EXERCISE ▸ Look through the material below. Return exactly the lines from the one with "BOSS_EXTRUDE4_DEPTH = 4.5" through the one with "# FreeCAD 1.0 macro for this part", both included.

EXERCISE DATA section start

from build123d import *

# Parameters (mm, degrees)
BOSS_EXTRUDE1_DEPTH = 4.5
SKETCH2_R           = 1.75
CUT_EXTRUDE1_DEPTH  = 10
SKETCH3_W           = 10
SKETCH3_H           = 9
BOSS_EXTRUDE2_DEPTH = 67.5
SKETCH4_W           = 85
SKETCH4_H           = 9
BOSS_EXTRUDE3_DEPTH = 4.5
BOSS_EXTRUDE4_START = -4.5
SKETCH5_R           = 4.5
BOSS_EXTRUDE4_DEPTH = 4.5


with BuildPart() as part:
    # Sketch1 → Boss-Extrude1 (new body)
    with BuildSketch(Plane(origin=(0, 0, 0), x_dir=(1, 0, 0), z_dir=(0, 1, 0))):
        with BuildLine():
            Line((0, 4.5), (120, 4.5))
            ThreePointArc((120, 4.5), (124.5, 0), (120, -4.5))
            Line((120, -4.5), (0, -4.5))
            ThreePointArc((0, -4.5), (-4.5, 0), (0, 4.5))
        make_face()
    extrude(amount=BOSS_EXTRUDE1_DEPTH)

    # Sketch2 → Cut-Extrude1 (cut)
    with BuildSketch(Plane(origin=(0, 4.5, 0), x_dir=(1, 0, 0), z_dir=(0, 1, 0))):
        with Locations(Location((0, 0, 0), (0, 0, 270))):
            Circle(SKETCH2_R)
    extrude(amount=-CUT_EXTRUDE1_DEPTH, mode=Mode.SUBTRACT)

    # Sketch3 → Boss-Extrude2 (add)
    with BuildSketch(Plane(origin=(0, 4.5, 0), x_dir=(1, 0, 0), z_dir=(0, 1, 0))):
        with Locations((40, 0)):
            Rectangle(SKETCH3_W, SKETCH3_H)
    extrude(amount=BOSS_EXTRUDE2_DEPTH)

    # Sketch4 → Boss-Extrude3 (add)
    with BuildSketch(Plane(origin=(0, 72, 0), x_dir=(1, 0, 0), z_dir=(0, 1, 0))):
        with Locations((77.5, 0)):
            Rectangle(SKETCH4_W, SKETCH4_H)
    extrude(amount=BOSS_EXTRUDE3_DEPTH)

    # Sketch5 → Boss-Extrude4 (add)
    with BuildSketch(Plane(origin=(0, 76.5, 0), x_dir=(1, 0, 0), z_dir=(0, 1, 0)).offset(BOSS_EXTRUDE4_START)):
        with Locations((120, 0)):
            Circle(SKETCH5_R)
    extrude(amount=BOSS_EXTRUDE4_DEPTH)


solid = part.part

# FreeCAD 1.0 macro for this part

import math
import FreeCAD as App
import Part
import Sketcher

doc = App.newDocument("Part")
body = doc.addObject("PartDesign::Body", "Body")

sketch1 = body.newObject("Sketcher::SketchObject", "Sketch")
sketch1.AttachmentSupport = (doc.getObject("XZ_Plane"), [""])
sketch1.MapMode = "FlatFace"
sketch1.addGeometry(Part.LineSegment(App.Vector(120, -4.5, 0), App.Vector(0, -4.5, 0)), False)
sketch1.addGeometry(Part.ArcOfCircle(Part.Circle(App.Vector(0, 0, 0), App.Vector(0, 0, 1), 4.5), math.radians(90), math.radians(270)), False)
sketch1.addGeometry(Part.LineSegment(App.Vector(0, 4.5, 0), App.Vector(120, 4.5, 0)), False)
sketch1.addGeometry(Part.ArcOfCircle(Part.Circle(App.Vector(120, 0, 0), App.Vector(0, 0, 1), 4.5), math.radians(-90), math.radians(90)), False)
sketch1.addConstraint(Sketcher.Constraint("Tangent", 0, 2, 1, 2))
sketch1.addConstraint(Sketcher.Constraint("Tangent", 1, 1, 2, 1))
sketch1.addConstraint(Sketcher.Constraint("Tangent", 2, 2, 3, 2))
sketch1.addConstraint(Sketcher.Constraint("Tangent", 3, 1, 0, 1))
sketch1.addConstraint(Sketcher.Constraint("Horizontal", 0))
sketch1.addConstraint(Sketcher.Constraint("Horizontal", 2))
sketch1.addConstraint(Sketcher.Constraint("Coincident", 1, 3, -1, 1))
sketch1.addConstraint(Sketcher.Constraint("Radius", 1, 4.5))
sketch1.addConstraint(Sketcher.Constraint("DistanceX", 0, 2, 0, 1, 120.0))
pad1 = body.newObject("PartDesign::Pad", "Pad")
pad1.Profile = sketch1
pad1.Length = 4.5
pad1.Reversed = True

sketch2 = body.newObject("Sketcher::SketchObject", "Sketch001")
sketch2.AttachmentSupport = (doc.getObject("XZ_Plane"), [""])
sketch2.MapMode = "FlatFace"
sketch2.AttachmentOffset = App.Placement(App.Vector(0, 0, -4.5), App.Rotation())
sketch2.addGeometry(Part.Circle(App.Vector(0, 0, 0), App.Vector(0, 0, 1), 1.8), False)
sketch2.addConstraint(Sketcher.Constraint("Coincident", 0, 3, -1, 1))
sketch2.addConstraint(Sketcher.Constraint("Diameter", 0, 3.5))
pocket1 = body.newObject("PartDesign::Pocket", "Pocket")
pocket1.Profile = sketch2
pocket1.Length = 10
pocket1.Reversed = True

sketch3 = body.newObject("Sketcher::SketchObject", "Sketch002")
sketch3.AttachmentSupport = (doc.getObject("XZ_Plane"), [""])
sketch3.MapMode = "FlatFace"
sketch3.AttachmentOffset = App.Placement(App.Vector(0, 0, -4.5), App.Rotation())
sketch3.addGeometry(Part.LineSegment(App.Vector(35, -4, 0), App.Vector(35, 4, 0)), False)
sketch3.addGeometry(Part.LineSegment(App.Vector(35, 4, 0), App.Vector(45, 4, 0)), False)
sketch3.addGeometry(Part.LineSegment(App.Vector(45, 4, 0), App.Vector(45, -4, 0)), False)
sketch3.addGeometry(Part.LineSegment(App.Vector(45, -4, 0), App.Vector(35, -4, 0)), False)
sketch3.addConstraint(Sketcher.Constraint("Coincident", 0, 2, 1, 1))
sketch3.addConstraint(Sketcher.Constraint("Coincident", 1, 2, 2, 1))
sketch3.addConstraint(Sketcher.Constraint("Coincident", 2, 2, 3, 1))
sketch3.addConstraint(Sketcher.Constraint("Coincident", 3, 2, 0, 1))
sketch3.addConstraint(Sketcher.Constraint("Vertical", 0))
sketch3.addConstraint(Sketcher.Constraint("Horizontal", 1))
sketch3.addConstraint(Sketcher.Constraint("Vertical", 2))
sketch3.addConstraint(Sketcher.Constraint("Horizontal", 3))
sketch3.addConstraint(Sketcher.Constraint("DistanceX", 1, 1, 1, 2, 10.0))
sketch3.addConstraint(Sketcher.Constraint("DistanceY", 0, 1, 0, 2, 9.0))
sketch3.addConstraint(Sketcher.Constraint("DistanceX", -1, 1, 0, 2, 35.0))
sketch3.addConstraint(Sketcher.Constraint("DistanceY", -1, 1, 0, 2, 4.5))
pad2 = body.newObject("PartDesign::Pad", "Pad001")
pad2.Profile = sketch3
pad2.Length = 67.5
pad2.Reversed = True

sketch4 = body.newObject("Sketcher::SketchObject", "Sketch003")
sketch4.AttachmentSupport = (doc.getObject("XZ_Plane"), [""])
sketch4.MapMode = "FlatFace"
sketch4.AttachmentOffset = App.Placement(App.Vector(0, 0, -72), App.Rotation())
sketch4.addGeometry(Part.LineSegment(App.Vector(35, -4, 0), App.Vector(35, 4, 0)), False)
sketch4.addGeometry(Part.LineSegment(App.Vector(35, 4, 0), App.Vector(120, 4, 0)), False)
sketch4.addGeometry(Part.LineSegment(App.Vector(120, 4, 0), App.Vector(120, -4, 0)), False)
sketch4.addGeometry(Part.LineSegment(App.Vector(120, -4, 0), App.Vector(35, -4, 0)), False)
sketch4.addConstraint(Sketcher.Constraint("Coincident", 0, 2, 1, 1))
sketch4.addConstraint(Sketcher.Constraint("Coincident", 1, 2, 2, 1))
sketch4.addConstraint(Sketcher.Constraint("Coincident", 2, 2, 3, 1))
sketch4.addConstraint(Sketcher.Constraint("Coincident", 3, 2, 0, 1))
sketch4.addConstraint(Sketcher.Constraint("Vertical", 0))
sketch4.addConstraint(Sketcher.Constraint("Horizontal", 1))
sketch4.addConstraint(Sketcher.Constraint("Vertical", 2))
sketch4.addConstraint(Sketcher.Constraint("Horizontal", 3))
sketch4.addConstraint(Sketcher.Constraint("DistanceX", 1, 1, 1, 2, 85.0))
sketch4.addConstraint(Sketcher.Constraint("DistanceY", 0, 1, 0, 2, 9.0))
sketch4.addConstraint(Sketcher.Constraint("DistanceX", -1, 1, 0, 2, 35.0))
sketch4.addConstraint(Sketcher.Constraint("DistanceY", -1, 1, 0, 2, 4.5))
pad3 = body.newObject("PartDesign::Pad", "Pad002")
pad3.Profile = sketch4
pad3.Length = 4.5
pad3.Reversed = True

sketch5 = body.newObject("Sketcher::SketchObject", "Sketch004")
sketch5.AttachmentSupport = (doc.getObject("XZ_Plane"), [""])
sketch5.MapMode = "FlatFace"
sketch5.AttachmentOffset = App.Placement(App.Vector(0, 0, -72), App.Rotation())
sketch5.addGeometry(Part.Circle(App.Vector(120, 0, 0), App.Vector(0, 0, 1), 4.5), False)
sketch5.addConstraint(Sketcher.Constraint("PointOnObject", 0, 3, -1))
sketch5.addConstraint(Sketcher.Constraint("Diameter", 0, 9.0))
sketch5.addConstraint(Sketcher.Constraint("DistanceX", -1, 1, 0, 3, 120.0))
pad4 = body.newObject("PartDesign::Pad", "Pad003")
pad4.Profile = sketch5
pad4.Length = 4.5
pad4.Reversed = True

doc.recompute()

EXERCISE DATA section end
EXERCISE DATA section start

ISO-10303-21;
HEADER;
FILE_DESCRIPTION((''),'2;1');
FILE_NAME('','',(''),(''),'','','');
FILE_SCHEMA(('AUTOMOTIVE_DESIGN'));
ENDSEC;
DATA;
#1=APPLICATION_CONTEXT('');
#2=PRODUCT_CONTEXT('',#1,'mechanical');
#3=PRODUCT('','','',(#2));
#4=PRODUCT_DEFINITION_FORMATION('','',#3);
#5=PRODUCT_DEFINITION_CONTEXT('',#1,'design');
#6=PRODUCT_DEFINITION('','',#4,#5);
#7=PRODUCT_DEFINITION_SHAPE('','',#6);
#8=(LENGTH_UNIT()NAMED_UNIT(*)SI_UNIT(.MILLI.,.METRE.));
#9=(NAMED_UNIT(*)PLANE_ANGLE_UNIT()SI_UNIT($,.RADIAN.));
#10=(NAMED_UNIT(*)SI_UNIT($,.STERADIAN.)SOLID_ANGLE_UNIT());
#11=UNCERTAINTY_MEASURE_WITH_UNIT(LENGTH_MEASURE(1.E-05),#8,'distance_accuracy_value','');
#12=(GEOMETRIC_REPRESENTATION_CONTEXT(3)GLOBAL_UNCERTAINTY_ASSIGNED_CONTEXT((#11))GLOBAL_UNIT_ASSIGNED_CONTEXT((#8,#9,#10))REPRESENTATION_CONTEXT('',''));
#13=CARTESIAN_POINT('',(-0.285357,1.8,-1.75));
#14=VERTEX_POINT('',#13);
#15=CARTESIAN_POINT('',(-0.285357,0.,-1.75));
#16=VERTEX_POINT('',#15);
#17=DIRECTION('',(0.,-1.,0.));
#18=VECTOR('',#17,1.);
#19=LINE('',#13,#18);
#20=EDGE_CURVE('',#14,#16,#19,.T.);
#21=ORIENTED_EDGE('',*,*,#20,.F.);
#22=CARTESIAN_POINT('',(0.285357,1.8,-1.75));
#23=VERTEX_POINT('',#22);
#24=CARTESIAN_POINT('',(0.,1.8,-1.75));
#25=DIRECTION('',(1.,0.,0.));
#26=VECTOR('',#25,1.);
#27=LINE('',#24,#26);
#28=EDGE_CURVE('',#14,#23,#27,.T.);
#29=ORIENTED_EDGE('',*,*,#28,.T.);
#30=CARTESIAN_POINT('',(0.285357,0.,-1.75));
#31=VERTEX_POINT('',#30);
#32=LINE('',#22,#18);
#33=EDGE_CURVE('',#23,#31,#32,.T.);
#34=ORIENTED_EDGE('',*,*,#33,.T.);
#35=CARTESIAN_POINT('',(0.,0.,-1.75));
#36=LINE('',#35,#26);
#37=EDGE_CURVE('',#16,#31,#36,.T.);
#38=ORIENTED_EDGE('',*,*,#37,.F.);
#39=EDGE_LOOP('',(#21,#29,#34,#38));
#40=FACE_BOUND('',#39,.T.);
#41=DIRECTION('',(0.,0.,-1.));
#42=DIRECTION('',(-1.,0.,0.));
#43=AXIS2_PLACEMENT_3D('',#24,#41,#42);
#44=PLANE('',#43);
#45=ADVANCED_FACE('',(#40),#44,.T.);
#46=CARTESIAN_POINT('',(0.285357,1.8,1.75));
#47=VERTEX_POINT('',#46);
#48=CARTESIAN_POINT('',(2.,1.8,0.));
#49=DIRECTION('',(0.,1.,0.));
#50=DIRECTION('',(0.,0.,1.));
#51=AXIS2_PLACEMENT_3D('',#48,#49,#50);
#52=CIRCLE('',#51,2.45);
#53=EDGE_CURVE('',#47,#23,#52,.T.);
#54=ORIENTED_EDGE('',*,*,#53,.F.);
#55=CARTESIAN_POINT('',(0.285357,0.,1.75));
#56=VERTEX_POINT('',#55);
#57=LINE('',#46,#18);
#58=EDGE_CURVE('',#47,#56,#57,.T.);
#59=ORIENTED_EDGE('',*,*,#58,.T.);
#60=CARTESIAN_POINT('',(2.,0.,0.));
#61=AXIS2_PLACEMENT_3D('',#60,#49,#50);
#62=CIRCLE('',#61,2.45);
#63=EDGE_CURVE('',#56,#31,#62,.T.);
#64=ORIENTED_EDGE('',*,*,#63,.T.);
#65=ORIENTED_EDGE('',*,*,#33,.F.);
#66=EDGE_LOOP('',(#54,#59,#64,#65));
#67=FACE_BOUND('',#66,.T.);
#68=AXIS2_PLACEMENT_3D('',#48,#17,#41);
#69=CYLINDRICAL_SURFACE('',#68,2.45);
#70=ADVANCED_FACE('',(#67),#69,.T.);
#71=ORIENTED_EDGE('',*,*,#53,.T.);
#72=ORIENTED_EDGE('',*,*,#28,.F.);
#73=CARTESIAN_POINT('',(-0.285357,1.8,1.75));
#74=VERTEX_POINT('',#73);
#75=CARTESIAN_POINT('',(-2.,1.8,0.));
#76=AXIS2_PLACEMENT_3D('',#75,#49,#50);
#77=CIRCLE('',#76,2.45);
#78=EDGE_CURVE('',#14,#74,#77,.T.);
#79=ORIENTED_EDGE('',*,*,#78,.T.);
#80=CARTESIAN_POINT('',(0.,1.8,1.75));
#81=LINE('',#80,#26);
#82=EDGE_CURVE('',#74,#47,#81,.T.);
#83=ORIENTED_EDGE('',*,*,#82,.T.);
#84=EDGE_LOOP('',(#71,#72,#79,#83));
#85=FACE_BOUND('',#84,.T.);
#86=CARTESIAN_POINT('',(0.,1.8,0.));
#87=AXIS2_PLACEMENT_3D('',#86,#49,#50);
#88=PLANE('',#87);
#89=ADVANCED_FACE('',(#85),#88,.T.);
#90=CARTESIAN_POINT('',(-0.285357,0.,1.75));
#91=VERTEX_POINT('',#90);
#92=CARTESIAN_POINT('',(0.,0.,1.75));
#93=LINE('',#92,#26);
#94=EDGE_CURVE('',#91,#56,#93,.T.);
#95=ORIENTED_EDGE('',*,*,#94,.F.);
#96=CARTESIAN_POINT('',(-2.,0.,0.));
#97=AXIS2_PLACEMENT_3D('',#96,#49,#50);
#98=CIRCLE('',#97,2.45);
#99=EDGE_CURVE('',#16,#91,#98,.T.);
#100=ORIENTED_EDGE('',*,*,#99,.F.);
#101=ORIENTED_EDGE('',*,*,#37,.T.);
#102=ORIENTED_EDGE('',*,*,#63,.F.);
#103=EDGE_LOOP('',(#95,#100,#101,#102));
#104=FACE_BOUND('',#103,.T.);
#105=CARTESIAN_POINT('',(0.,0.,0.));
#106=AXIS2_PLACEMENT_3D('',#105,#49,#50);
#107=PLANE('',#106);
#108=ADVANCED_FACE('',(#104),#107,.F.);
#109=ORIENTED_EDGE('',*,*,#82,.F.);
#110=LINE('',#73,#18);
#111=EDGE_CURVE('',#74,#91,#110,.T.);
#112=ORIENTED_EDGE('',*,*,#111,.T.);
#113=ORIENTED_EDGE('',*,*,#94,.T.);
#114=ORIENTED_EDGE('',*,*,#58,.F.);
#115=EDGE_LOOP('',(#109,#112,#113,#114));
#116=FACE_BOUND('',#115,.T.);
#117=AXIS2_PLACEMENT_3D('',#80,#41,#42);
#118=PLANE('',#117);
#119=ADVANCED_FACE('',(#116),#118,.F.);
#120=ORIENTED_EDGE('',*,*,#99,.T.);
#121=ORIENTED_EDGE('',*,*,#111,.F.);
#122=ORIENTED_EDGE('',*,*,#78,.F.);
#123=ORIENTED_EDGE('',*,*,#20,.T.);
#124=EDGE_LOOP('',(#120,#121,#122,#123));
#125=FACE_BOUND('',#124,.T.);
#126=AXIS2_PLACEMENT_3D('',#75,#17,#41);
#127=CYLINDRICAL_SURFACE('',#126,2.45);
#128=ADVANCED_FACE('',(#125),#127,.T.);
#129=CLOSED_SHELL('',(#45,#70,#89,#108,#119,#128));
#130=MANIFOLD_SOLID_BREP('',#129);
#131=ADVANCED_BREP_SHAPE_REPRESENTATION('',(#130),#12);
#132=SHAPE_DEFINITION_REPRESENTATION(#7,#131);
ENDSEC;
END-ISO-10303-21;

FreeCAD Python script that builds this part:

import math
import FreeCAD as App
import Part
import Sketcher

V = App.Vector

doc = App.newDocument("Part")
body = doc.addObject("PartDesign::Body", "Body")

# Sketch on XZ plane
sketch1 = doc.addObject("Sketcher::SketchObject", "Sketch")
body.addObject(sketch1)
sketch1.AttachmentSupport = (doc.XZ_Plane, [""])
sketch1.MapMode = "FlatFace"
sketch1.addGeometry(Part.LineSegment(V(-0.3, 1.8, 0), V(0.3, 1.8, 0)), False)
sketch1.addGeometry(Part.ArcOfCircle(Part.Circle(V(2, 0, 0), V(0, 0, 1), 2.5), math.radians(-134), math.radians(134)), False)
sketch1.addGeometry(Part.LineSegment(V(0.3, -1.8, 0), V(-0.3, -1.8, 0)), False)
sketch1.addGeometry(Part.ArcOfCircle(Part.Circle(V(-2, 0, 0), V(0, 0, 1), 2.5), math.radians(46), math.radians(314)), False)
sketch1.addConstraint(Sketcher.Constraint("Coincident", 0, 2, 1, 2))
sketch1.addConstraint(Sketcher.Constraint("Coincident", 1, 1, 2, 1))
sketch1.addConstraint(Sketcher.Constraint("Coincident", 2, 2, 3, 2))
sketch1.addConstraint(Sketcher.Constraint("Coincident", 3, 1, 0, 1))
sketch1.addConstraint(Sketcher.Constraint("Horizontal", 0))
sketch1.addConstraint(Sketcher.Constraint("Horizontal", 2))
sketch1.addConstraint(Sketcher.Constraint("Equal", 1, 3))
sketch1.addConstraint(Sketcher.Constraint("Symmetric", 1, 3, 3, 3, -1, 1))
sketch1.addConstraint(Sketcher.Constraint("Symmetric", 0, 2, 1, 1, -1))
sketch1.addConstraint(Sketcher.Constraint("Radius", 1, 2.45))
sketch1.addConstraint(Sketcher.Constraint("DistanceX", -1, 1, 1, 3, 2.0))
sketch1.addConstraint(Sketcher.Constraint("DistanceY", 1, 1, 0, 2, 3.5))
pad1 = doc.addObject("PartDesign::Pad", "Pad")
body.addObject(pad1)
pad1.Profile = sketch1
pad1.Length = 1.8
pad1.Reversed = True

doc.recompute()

EXERCISE DATA section end
EXERCISE DATA section start

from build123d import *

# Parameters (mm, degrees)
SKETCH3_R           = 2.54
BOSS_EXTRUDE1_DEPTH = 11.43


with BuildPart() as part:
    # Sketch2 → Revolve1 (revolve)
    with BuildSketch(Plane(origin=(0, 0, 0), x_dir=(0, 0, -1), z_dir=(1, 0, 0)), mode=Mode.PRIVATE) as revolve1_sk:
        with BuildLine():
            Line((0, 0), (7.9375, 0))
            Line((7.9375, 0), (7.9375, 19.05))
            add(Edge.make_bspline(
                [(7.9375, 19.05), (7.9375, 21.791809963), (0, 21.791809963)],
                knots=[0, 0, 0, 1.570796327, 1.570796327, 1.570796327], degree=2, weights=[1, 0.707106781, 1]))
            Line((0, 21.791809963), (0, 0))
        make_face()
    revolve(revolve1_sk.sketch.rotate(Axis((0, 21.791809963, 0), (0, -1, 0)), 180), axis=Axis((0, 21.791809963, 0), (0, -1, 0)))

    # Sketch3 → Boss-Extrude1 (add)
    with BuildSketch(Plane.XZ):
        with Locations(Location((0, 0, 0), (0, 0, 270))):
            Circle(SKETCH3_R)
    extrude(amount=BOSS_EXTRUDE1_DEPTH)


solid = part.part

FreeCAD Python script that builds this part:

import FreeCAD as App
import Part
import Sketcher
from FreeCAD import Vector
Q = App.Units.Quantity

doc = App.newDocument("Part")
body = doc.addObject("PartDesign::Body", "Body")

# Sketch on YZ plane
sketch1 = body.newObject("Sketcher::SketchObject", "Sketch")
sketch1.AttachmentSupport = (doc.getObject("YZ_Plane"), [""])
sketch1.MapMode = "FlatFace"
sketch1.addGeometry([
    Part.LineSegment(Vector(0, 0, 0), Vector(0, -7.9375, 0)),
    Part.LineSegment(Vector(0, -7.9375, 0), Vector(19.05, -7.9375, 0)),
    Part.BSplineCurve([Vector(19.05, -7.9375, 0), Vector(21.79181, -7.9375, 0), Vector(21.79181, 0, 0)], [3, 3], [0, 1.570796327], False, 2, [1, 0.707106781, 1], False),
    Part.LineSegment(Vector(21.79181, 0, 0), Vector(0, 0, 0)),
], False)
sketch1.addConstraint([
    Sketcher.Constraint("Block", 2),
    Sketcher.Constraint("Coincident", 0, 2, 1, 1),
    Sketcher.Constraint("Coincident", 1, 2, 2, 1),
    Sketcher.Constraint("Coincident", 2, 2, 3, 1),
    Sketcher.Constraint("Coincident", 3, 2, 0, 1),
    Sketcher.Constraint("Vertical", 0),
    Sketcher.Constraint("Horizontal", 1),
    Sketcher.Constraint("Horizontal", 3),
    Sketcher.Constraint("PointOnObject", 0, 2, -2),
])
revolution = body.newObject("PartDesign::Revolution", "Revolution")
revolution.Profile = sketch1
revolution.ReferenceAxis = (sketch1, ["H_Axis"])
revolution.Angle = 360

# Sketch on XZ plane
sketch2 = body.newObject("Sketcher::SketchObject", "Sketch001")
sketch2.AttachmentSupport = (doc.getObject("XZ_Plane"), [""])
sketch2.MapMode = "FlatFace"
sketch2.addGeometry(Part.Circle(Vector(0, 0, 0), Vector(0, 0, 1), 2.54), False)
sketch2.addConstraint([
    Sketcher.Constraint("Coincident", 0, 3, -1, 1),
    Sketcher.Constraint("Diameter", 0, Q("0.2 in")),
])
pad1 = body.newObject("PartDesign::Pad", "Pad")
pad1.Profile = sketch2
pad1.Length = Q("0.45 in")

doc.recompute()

EXERCISE DATA section end

TASK ANSWER ▸
BOSS_EXTRUDE4_DEPTH = 4.5


with BuildPart() as part:
    # Sketch1 → Boss-Extrude1 (new body)
    with BuildSketch(Plane(origin=(0, 0, 0), x_dir=(1, 0, 0), z_dir=(0, 1, 0))):
        with BuildLine():
            Line((0, 4.5), (120, 4.5))
            ThreePointArc((120, 4.5), (124.5, 0), (120, -4.5))
            Line((120, -4.5), (0, -4.5))
            ThreePointArc((0, -4.5), (-4.5, 0), (0, 4.5))
        make_face()
    extrude(amount=BOSS_EXTRUDE1_DEPTH)

    # Sketch2 → Cut-Extrude1 (cut)
    with BuildSketch(Plane(origin=(0, 4.5, 0), x_dir=(1, 0, 0), z_dir=(0, 1, 0))):
        with Locations(Location((0, 0, 0), (0, 0, 270))):
            Circle(SKETCH2_R)
    extrude(amount=-CUT_EXTRUDE1_DEPTH, mode=Mode.SUBTRACT)

    # Sketch3 → Boss-Extrude2 (add)
    with BuildSketch(Plane(origin=(0, 4.5, 0), x_dir=(1, 0, 0), z_dir=(0, 1, 0))):
        with Locations((40, 0)):
            Rectangle(SKETCH3_W, SKETCH3_H)
    extrude(amount=BOSS_EXTRUDE2_DEPTH)

    # Sketch4 → Boss-Extrude3 (add)
    with BuildSketch(Plane(origin=(0, 72, 0), x_dir=(1, 0, 0), z_dir=(0, 1, 0))):
        with Locations((77.5, 0)):
            Rectangle(SKETCH4_W, SKETCH4_H)
    extrude(amount=BOSS_EXTRUDE3_DEPTH)

    # Sketch5 → Boss-Extrude4 (add)
    with BuildSketch(Plane(origin=(0, 76.5, 0), x_dir=(1, 0, 0), z_dir=(0, 1, 0)).offset(BOSS_EXTRUDE4_START)):
        with Locations((120, 0)):
            Circle(SKETCH5_R)
    extrude(amount=BOSS_EXTRUDE4_DEPTH)


solid = part.part

# FreeCAD 1.0 macro for this part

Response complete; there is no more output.